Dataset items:
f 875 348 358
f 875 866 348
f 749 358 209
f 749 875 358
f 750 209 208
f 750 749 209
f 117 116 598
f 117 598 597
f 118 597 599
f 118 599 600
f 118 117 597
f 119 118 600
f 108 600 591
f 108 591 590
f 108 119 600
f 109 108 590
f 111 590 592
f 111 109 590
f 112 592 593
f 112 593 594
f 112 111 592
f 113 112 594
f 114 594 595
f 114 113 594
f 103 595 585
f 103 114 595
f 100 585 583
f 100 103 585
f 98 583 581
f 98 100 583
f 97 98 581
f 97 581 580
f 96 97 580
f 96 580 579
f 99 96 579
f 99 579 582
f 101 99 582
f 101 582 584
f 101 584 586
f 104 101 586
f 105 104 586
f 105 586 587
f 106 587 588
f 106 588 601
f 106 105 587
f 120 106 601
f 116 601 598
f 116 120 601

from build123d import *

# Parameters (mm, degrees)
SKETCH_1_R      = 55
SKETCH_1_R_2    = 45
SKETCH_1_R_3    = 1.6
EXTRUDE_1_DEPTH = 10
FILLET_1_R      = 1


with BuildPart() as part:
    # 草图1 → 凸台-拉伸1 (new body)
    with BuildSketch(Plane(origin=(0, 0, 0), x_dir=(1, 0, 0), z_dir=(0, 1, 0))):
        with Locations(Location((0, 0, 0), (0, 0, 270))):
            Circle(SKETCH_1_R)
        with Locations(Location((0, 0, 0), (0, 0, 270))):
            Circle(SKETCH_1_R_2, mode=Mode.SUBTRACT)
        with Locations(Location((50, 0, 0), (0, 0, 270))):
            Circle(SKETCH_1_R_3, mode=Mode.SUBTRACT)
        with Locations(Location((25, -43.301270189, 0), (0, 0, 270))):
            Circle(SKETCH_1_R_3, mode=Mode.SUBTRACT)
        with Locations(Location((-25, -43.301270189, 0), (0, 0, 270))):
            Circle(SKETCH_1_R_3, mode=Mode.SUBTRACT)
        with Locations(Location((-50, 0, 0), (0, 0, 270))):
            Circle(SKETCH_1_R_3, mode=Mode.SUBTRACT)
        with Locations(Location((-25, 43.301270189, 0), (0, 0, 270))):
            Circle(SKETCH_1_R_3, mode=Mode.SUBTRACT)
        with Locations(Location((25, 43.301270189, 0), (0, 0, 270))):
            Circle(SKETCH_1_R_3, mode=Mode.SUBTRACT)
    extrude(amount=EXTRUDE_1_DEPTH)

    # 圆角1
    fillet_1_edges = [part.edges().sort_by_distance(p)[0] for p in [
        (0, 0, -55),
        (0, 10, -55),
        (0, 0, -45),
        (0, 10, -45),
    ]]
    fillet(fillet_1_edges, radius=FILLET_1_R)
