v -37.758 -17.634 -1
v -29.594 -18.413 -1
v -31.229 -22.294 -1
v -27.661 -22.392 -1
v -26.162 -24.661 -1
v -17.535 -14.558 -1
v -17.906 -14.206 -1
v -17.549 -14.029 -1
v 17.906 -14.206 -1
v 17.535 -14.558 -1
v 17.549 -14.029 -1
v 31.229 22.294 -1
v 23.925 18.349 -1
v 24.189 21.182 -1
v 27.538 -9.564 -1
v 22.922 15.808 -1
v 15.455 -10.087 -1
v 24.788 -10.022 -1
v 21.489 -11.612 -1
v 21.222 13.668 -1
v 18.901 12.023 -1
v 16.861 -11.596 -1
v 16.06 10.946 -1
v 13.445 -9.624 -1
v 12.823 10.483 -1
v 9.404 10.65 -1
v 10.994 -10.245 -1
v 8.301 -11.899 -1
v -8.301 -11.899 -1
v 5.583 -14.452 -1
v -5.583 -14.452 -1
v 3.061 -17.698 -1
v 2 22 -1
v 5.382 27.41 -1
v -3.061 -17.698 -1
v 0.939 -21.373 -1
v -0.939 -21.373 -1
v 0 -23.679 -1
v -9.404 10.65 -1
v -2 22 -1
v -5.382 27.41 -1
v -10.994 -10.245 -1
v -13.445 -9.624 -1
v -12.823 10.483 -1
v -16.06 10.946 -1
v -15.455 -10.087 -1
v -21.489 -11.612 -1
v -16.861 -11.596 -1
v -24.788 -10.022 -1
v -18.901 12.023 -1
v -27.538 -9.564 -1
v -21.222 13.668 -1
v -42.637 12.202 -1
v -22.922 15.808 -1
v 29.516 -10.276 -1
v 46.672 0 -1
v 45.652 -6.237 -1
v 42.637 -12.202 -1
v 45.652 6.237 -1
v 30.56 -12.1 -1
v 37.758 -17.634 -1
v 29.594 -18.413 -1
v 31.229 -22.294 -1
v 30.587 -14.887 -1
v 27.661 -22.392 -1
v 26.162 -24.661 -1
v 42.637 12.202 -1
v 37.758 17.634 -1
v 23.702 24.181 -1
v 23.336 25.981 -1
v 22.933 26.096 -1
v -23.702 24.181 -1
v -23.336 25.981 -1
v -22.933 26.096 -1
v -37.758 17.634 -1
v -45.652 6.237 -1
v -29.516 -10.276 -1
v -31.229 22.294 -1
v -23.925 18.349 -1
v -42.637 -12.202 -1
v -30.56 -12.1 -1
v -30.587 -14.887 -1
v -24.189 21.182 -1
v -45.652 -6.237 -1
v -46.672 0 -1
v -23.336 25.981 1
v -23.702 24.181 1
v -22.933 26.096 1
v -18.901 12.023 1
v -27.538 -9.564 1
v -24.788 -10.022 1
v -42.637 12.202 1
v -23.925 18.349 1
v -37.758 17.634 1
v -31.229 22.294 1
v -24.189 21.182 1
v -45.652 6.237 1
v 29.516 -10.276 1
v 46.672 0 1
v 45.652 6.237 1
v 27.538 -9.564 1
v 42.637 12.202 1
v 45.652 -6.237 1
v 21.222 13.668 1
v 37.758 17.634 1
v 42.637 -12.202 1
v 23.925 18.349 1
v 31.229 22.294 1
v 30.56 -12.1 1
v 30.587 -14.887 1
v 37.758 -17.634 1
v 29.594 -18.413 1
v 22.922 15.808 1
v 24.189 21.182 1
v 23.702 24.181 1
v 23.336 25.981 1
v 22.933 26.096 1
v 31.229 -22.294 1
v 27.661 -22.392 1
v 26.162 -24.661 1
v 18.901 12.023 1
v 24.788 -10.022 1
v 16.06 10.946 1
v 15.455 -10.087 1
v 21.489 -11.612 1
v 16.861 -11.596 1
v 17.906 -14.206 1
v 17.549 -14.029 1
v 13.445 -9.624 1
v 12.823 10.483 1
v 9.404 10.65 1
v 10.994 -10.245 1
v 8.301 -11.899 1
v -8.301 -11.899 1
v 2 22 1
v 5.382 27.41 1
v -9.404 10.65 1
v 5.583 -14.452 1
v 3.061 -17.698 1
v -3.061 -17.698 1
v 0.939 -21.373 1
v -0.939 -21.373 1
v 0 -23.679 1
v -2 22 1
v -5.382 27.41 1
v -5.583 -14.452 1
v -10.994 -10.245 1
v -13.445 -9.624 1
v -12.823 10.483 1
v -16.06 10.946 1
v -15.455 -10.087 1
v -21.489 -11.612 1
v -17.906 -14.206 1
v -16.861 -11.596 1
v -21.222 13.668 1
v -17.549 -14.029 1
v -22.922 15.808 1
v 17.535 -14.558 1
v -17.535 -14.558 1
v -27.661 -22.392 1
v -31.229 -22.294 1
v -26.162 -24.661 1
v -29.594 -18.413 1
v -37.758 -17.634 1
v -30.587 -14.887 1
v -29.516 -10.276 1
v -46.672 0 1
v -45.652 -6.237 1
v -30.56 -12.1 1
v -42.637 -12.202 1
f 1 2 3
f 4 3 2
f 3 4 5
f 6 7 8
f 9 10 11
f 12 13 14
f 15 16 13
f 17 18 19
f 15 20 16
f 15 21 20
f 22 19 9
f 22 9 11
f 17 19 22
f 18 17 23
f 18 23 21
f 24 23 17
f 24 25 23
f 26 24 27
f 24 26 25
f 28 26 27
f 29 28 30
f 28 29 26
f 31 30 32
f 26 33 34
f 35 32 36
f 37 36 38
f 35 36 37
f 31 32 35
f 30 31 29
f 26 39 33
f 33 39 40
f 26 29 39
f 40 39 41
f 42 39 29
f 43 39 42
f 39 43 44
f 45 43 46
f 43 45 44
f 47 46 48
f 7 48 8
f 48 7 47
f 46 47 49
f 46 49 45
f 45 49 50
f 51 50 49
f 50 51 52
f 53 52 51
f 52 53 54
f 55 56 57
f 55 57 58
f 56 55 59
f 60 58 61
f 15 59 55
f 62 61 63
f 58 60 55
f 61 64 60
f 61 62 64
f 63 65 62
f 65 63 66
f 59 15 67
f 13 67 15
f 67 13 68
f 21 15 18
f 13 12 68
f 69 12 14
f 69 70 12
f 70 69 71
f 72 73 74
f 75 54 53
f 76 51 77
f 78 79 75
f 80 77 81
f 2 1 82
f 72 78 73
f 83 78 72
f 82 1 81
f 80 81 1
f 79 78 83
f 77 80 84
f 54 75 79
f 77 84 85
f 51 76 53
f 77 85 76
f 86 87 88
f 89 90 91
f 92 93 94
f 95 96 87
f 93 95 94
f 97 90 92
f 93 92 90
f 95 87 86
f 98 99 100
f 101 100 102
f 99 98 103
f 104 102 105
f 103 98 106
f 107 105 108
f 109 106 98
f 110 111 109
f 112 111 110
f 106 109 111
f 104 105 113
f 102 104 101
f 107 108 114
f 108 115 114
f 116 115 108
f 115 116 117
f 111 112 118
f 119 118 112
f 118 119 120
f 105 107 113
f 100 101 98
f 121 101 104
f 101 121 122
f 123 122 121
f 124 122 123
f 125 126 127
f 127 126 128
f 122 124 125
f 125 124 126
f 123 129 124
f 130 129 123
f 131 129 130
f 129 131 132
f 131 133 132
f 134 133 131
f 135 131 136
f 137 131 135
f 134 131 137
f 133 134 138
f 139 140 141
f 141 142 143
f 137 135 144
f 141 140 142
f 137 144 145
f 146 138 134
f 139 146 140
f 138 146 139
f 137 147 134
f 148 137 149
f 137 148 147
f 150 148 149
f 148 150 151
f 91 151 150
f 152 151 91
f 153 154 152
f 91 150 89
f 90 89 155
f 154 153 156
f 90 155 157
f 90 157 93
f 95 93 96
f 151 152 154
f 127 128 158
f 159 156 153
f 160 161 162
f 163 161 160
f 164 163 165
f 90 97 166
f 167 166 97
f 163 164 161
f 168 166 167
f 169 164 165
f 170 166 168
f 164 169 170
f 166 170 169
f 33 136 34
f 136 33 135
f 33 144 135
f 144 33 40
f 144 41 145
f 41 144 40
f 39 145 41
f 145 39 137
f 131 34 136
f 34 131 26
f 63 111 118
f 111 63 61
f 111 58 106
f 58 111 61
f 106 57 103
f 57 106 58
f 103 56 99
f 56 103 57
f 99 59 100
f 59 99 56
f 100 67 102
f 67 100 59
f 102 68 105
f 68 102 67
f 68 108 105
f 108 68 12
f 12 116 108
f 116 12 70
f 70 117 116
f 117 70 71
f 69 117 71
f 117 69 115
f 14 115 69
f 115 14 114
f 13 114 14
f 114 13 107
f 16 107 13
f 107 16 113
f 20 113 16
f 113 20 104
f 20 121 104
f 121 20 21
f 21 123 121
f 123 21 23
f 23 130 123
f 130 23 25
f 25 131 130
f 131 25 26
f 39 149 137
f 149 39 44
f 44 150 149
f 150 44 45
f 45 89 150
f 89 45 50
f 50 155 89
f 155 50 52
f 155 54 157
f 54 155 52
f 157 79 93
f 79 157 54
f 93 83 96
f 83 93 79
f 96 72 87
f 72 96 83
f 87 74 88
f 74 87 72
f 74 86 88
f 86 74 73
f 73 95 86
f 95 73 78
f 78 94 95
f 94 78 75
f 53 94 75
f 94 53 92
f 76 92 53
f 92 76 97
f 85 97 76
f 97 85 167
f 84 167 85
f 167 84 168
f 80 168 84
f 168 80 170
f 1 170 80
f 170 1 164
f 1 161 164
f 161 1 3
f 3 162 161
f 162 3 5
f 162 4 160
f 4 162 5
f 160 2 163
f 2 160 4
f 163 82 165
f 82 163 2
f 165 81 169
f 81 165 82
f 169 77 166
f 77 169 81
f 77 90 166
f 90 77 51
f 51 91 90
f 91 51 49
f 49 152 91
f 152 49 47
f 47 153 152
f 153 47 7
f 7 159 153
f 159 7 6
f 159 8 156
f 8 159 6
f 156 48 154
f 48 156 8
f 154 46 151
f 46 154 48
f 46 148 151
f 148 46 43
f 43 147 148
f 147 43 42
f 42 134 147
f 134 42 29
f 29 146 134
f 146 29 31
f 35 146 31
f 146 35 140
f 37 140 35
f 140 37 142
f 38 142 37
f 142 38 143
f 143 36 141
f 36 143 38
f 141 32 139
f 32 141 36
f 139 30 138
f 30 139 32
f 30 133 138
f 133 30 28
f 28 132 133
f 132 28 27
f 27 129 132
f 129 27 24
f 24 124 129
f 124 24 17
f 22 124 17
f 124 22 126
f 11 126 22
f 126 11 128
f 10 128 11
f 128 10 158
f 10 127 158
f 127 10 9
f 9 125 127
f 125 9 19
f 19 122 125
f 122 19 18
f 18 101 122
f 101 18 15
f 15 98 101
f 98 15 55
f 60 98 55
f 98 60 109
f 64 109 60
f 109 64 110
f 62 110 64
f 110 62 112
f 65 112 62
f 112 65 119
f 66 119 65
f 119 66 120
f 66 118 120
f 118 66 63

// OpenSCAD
color([0.15,0.15,0.15])
linear_extrude(height = 2, center = true, convexity = 10, twist = 0)
difference(){

translate([0,20,0])
polygon(points=[[-9.8, -11], [9.8,-11],[3.8, 14],[-3.8, 14] ],paths=[[0,1,2,3]], convexity=10);

translate([0,30,0])
polygon(points=[[-2, -8], [2,-8],[12, 8],[-12, 8] ],paths=[[0,1,2,3]], convexity=10);
}

color([0.15,0.15,0.15])
linear_extrude(height = 2, center = true, convexity = 10, twist = 0)
difference(){

projection(cut=true) 
rotate([0,50,0])
cylinder(r=30, h=200, center=true);

translate([-8,-23,0]) 
rotate([0,0,-60])
projection(cut=true)
rotate([0,62,0])
cylinder(r=7, h=200, center=true);

translate([8,-23,0]) 
rotate([0,0,60])
projection(cut=true)
rotate([0,62,0])
cylinder(r=7, h=200, center=true);

translate([-18,-24,0]) 
rotate([0,0,-50])
projection(cut=true)
rotate([0,67,0])
cylinder(r=7, h=200, center=true);

translate([18,-24,0]) 
rotate([0,0,50])
projection(cut=true)
rotate([0,67,0])
cylinder(r=7, h=200, center=true);

union(){

translate([-7,25,0]) 
rotate([0,0,30])
projection(cut=true)
rotate([0,45,0])
cylinder(r=13, h=200, center=true);

translate([7,25,0]) 
rotate([0,0,-30])
projection(cut=true)
rotate([0,45,0])
cylinder(r=13, h=200, center=true);
}

}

## What you are asked to do
Taking the records above, retype every line from the one with "v -17.535 -14.558 -1" down to the one with "v 8.301 -11.899 -1", exactly and with nothing else.

## Solution for this task
v -17.535 -14.558 -1
v -17.906 -14.206 -1
v -17.549 -14.029 -1
v 17.906 -14.206 -1
v 17.535 -14.558 -1
v 17.549 -14.029 -1
v 31.229 22.294 -1
v 23.925 18.349 -1
v 24.189 21.182 -1
v 27.538 -9.564 -1
v 22.922 15.808 -1
v 15.455 -10.087 -1
v 24.788 -10.022 -1
v 21.489 -11.612 -1
v 21.222 13.668 -1
v 18.901 12.023 -1
v 16.861 -11.596 -1
v 16.06 10.946 -1
v 13.445 -9.624 -1
v 12.823 10.483 -1
v 9.404 10.65 -1
v 10.994 -10.245 -1
v 8.301 -11.899 -1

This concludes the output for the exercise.